The Apostle's purpose in discarding the orator's and the sophist's arts was this: “that your faith might not rest in wisdom of men, but in (the) power of God”. The κἀγὼ ἦλθον of 1 Corinthians 2:1 dominates the paragraph; P. lives over again the experience of his early days in Cor [323]; this purpose then filled his breast: so Hf [324], Gd [325], with the older interpreters; most moderns read into the ἵνα the Divine purpose suggested by 1 Corinthians 1:27-31. Paul was God's mouthpiece in declaring the Gospel; he therefore sought the very end of God Himself, viz., that God alone should be glorified in the faith of his hearers (1 Corinthians 1:31; cf. 1 Corinthians 1:15). Had he persuaded the Cor [326] by clever reasonings and grounded Christianity upon their Greek philosophy, his work would have perished with the wisdom of the age (see 6, also 1 Corinthians 1:19; 1 Corinthians 3:19 f.).

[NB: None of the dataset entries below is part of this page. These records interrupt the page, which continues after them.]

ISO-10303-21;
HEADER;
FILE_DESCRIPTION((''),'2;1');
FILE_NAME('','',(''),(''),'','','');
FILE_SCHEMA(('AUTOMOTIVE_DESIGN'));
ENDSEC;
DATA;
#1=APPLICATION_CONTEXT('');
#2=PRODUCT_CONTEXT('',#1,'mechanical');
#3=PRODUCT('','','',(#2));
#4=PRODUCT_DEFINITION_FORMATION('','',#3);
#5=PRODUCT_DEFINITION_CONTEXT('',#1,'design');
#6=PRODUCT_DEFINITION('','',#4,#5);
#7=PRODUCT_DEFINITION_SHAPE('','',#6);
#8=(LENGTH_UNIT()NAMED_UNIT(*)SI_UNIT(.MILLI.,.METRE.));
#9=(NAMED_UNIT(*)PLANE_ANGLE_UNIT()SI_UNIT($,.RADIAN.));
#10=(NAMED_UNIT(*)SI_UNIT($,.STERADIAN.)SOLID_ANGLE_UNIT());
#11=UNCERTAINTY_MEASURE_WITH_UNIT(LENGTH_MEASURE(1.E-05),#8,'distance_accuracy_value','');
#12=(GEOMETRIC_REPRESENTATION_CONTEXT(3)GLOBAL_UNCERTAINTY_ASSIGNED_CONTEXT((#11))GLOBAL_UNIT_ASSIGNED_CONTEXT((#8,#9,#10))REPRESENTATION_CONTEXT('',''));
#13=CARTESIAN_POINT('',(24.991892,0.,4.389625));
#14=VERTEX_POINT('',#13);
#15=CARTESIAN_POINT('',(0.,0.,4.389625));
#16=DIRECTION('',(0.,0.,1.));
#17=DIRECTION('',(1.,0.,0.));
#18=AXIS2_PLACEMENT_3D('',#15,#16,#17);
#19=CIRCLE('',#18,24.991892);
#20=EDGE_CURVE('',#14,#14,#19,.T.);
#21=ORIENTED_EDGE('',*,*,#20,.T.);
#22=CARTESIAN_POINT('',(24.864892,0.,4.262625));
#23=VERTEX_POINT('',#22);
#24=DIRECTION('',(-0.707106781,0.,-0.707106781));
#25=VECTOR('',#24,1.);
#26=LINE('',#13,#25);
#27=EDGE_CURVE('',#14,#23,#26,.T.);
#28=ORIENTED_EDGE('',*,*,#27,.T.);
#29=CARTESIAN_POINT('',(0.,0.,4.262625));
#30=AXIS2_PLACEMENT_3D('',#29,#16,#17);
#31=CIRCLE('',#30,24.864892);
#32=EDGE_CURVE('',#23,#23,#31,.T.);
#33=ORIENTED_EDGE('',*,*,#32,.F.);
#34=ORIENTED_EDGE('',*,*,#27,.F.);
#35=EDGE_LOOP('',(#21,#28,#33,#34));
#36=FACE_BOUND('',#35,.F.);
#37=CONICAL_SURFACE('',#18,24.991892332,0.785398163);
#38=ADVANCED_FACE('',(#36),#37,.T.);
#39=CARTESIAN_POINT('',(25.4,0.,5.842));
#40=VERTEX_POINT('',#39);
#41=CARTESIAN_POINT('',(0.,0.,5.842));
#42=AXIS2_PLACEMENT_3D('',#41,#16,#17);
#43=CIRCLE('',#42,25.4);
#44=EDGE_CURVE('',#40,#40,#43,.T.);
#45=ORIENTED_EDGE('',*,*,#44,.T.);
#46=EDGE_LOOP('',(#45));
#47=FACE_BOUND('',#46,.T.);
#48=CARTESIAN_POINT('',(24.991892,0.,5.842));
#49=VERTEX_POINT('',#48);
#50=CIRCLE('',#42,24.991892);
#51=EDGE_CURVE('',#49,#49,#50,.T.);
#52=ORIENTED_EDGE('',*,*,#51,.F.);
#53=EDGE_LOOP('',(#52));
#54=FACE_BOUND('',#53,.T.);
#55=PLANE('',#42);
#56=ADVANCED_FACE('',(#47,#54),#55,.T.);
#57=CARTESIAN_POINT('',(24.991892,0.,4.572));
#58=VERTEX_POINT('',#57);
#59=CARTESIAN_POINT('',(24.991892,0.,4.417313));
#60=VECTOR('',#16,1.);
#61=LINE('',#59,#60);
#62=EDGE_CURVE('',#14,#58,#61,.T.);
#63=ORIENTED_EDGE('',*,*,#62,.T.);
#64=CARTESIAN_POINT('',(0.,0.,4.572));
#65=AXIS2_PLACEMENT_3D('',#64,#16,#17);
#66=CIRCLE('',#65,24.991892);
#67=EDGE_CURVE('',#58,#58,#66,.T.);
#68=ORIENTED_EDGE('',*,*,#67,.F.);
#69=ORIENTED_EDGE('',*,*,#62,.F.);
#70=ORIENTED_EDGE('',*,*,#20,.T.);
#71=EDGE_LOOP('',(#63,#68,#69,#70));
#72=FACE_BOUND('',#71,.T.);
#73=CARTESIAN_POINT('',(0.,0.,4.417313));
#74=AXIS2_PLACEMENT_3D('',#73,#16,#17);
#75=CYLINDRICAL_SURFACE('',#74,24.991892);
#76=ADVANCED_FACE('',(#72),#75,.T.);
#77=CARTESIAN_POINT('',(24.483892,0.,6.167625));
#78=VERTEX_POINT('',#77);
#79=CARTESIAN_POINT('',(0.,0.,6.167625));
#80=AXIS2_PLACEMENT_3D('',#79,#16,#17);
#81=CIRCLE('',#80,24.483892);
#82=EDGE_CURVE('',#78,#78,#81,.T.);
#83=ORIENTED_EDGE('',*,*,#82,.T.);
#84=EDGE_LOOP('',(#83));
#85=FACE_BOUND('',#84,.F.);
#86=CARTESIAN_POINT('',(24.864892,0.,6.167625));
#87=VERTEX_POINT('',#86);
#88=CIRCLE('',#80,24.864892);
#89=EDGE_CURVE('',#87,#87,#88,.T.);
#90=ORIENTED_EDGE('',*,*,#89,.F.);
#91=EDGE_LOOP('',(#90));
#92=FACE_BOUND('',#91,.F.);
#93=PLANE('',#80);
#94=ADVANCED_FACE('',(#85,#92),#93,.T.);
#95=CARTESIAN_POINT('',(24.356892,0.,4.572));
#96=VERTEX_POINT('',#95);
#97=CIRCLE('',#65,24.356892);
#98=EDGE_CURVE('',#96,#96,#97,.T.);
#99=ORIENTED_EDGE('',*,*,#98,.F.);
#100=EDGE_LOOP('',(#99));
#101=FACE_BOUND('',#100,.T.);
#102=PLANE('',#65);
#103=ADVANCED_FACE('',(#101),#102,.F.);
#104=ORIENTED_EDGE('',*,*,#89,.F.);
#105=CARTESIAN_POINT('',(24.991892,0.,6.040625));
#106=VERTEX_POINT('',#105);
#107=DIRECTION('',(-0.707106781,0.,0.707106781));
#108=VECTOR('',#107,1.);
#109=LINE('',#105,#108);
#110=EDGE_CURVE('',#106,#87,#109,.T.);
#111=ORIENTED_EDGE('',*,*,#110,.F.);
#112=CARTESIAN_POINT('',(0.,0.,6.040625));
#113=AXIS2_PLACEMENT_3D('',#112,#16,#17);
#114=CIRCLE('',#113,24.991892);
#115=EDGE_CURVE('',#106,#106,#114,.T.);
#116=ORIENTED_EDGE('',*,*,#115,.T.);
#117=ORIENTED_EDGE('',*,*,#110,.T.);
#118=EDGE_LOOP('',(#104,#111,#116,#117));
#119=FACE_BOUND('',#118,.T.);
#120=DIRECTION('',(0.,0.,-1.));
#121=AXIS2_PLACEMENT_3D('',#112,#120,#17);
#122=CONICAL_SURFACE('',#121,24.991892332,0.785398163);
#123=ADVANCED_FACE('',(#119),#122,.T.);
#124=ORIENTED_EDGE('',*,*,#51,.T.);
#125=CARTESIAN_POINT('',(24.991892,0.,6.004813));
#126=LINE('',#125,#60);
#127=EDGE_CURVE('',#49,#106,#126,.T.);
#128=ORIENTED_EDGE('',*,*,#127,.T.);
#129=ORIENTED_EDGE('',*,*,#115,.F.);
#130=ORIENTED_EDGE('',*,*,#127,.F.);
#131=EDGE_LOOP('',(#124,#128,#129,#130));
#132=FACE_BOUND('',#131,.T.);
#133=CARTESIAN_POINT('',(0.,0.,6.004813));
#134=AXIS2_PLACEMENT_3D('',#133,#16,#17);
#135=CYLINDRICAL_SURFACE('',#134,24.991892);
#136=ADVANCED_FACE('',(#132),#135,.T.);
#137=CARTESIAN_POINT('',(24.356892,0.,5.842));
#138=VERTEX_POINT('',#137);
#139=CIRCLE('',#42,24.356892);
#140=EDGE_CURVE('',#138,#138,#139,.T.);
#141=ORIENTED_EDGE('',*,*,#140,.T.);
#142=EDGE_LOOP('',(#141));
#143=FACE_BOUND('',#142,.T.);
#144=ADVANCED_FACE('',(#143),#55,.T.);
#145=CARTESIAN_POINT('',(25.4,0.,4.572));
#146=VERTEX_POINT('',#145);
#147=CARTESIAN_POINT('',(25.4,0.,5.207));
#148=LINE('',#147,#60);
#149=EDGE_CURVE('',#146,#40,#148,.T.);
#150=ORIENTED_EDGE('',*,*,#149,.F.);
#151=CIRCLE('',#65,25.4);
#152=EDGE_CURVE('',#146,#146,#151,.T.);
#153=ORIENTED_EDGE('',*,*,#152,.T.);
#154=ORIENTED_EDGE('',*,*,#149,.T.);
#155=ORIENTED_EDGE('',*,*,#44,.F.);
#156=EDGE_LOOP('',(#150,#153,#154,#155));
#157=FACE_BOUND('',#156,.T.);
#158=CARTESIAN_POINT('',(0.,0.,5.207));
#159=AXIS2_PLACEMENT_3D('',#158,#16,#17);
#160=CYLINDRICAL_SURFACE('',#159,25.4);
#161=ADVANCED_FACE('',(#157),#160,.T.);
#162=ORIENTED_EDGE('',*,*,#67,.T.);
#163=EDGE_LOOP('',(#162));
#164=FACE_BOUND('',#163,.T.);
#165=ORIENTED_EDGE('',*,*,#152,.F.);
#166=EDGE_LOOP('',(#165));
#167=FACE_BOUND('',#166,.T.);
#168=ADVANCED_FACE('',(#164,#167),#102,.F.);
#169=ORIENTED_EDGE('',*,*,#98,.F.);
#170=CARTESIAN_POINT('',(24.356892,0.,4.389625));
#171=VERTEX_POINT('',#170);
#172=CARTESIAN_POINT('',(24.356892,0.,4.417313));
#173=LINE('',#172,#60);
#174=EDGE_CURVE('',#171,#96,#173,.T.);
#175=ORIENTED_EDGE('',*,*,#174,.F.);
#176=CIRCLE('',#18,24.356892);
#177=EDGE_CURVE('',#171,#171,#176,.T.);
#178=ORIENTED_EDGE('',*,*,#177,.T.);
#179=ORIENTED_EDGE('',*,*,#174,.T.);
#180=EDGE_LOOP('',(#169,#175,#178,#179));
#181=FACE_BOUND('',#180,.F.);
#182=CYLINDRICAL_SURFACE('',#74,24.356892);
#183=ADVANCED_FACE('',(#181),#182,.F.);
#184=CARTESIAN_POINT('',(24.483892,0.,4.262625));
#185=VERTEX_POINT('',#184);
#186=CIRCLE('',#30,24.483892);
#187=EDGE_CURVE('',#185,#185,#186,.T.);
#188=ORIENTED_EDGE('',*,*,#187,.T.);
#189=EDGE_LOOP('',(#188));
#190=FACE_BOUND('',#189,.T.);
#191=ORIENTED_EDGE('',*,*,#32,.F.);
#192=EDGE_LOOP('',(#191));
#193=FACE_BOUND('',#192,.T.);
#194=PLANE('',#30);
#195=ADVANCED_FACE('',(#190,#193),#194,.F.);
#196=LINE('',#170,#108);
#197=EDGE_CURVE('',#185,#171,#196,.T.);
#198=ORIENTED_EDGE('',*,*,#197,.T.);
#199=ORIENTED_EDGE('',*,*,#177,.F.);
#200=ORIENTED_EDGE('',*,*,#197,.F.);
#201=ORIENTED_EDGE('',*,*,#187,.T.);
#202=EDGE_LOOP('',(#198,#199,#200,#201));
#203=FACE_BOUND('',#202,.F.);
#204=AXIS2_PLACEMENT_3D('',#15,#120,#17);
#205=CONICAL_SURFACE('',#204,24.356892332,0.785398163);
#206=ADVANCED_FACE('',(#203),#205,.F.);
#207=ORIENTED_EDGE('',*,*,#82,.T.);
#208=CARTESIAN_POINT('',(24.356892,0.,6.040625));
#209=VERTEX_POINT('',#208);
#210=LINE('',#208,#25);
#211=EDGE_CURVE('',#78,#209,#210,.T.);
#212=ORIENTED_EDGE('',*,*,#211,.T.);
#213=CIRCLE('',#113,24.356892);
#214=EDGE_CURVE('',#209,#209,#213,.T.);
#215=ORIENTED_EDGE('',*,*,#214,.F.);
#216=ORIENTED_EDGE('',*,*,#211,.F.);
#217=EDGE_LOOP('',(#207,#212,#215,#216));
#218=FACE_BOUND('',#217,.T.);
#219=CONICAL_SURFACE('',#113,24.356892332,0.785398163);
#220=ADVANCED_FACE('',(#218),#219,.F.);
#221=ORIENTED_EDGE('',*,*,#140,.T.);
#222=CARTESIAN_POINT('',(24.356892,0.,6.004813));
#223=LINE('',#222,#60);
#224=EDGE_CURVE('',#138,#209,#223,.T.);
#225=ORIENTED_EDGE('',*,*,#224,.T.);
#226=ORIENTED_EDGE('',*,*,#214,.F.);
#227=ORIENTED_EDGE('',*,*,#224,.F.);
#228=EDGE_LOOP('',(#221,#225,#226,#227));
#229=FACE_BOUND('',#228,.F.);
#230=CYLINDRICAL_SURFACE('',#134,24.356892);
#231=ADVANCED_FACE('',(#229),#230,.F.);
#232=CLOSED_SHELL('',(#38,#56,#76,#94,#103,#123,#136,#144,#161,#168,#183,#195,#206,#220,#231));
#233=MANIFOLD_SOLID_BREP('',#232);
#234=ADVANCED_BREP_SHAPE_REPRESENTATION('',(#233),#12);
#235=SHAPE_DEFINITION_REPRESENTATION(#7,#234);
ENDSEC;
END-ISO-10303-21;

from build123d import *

# Parameters (mm, degrees)
F0_W    = 24.3568923324
F0_H    = 1.27
F0_W_2  = 0.635
F0_W_3  = 0.4081076676
F0_H_2  = 0.3256250771
F0_H_3  = 0.3093749229
F2_SIZE = 0.127
F3_SIZE = 0.127
F4_SIZE = 0.127
F5_SIZE = 0.127


with BuildPart() as f1:
    # F0 (on Front) → F1 (revolve)
    with BuildSketch(Plane.XZ):
        with Locations((12.1784461662, 5.207)):
            Rectangle(F0_W, F0_H)
        with Locations((24.6743923324, 5.207)):
            Rectangle(F0_W_2, F0_H)
        with Locations((25.1959461662, 5.207)):
            Rectangle(F0_W_3, F0_H)
        with Locations((24.6743923324, 6.0048125385)):
            Rectangle(F0_W_2, F0_H_2)
        with Locations((24.6743923324, 4.4173125385)):
            Rectangle(F0_W_2, F0_H_3)
    revolve(axis=Axis((0, 0, 5.207), (0, 0, 1)))

    # F2
    f2_edges = [f1.edges().sort_by_distance(p)[0] for p in [
        (-24.991892, 0, 6.167625),
    ]]
    chamfer(f2_edges, length=F2_SIZE)

    # F3
    f3_edges = [f1.edges().sort_by_distance(p)[0] for p in [
        (-24.356892, 0, 6.167625),
    ]]
    chamfer(f3_edges, length=F3_SIZE)

    # F4
    f4_edges = [f1.edges().sort_by_distance(p)[0] for p in [
        (-24.991892, 0, 4.262625),
    ]]
    chamfer(f4_edges, length=F4_SIZE)

    # F5
    f5_edges = [f1.edges().sort_by_distance(p)[0] for p in [
        (-24.356892, 0, 4.262625),
    ]]
    chamfer(f5_edges, length=F5_SIZE)


solid = f1.part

[323] Corinth, Corinthian or Corinthians.

[324] J. C. K. von Hofmann's Die heilige Schrift N.T. untersucht, ii. 2 (2te Auflage, 1874).

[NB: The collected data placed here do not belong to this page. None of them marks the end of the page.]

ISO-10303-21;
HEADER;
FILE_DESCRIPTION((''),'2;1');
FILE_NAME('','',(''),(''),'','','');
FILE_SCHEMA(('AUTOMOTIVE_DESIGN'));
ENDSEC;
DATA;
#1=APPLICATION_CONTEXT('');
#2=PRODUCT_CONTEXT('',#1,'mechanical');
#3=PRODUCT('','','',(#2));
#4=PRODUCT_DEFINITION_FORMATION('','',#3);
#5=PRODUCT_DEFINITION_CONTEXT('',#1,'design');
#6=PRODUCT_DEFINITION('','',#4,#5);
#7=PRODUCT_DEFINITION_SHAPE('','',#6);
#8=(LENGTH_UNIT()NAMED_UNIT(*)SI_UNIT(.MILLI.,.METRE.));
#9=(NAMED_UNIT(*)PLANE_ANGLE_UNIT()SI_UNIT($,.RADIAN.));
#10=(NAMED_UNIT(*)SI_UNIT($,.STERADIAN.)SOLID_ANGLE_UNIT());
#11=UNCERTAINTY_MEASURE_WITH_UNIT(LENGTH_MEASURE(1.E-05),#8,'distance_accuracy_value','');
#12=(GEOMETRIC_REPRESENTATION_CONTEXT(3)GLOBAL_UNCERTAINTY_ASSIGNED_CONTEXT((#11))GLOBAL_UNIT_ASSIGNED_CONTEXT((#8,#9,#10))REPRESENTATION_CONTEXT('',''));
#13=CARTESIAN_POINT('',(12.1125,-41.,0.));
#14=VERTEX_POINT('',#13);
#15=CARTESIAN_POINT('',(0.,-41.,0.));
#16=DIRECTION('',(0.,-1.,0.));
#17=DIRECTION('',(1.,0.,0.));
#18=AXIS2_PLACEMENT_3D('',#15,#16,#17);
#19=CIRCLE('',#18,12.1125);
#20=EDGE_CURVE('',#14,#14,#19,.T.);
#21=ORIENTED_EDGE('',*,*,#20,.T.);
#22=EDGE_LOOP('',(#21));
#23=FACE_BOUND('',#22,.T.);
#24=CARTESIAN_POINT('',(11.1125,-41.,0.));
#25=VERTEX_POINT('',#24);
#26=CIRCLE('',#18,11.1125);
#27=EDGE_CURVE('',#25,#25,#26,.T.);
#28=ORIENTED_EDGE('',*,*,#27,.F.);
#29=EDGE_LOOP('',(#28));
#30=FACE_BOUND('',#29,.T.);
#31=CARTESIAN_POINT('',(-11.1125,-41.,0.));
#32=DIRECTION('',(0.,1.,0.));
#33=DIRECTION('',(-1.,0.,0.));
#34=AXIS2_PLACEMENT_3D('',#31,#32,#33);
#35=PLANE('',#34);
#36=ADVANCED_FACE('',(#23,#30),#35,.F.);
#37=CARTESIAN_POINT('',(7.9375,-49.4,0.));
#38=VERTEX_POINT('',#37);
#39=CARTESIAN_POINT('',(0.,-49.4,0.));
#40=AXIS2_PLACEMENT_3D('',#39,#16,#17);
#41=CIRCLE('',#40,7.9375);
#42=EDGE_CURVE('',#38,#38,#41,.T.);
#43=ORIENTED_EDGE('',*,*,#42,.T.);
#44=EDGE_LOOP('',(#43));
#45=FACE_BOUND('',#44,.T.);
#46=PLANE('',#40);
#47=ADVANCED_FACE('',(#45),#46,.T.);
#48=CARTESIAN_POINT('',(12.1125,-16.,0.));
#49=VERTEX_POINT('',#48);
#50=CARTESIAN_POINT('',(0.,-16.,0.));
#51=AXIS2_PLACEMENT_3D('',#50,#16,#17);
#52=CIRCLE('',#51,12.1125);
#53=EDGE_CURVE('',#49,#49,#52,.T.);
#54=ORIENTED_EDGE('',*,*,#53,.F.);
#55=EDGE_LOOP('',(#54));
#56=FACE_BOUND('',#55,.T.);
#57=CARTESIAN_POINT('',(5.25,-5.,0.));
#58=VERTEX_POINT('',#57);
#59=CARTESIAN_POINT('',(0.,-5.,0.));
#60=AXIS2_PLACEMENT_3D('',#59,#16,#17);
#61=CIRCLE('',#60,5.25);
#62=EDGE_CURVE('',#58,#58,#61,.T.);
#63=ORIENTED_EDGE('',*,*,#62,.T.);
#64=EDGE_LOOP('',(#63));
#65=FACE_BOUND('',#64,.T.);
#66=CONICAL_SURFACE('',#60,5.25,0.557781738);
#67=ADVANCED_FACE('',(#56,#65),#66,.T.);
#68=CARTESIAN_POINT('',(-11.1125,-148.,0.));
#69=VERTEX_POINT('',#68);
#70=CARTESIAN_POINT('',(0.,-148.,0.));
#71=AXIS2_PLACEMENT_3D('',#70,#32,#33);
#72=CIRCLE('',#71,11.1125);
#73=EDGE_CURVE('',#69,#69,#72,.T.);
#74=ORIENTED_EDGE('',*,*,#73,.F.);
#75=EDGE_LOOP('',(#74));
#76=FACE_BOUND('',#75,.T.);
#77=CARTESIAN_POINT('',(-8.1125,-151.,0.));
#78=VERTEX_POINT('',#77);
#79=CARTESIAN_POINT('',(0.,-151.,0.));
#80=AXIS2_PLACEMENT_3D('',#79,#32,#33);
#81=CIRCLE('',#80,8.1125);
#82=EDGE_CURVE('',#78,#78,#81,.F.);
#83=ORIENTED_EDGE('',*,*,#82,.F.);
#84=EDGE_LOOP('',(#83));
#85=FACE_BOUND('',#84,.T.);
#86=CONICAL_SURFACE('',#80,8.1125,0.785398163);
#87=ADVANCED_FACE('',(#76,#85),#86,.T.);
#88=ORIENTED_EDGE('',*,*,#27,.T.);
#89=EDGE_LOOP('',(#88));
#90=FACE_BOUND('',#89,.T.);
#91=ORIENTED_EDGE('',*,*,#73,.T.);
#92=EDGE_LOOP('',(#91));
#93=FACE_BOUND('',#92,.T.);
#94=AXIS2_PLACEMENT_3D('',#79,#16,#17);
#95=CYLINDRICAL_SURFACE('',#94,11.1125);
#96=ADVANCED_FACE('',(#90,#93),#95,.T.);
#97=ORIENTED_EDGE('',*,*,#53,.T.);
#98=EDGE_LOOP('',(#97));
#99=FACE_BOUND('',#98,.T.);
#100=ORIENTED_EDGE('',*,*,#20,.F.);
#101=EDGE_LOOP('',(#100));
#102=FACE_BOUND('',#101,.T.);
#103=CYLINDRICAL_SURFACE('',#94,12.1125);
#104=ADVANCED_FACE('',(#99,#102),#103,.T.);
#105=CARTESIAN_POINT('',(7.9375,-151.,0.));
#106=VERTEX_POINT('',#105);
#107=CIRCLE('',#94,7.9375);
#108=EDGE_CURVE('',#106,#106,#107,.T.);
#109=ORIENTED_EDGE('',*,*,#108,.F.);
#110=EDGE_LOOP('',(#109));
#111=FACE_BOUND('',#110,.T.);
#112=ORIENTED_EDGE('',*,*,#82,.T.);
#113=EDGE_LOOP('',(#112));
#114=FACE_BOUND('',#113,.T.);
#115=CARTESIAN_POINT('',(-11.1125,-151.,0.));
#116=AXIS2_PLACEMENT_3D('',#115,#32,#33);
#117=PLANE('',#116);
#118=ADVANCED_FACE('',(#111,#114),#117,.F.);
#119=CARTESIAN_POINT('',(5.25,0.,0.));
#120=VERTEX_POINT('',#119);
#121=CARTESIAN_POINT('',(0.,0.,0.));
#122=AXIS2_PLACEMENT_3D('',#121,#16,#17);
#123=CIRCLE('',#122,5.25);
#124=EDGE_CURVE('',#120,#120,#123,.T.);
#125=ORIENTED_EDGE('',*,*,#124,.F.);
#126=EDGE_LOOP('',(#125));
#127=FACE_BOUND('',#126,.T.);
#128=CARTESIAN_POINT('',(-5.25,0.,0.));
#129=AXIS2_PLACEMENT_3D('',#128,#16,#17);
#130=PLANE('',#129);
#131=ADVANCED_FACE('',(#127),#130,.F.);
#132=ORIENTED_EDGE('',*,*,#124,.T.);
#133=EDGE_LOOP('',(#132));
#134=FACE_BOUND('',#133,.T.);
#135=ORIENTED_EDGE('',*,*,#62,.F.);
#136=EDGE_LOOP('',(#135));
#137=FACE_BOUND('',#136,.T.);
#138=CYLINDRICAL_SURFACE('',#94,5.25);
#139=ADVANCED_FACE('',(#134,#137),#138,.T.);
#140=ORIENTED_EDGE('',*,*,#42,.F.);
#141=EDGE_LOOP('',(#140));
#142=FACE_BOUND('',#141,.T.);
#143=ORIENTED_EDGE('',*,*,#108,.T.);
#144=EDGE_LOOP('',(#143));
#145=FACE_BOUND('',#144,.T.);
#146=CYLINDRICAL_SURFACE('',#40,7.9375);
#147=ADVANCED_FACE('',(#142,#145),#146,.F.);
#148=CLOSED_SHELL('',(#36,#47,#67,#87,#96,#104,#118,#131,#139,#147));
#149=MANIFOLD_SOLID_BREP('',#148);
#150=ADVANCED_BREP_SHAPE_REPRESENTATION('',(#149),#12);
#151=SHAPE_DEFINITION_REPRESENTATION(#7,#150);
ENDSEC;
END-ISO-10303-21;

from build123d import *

# Parameters (mm, degrees)
SKETCH4_R          = 7.9375
CUT_EXTRUDE2_DEPTH = 101.6
CHAMFER2_SIZE      = 3


with BuildPart() as part:
    # Sketch3 → Revolve1 (revolve)
    with BuildSketch(Plane.XY):
        Polygon((-11.1125, -151), (-11.1125, -41), (-12.1125, -41), (-12.1125, -16), (-5.25, -5), (-5.25, 0), (0, 0), (0, -151), align=None)
    revolve(axis=Axis((0, -151, 0), (0, 1, 0)))

    # Sketch4 → Cut-Extrude2 (cut)
    with BuildSketch(Plane.XZ.offset(151)):
        Circle(SKETCH4_R)
    extrude(amount=-CUT_EXTRUDE2_DEPTH, mode=Mode.SUBTRACT)

    # Chamfer2
    chamfer2_edges = [part.edges().sort_by_distance(p)[0] for p in [
        (11.1125, -151, 0),
    ]]
    chamfer(chamfer2_edges, length=CHAMFER2_SIZE)


solid = part.part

[325] F. Godet's Commentaire sur la prem. Ép. aux Corinthiens (Eng. Trans.).

[326] Corinth, Corinthian or Corinthians.

The disowned σοφία ἀνθρώπων is the σοφ. τ. κόσμου of 1 Corinthians 1:10 (see note) in its moral character, a σοφ. σαρκική (2 Corinthians 1:12) “wisdom of men” as opposed to that of God, ἀνθρωπίνη, 1 Corinthians 2:13. Yet not God's wisdom, but primarily His power (see notes on 1 Corinthians 1:18; 1 Corinthians 1:24; 1 Corinthians 1:30) supplied the ground on which P. planted his hearers' faith. All through, he opposes the practical to the speculative, the reality of God's work to the speciousness of men's talk. The last ἵνα clause of this long passage corresponds to the first, ἵνα μὴ κενωθῇ ὁ σταῦρος τ. Χριστοῦ (1 Corinthians 1:17). ἐν should be construed with ᾖ (consistat in, Bz [327]) rather than πίστις, pointing not to the object of faith but to its substratum: for this predicative ἐν “should be (a faith) in,” etc. cf. 1 Corinthians 4:20; Ephesians 5:18; Acts 4:12.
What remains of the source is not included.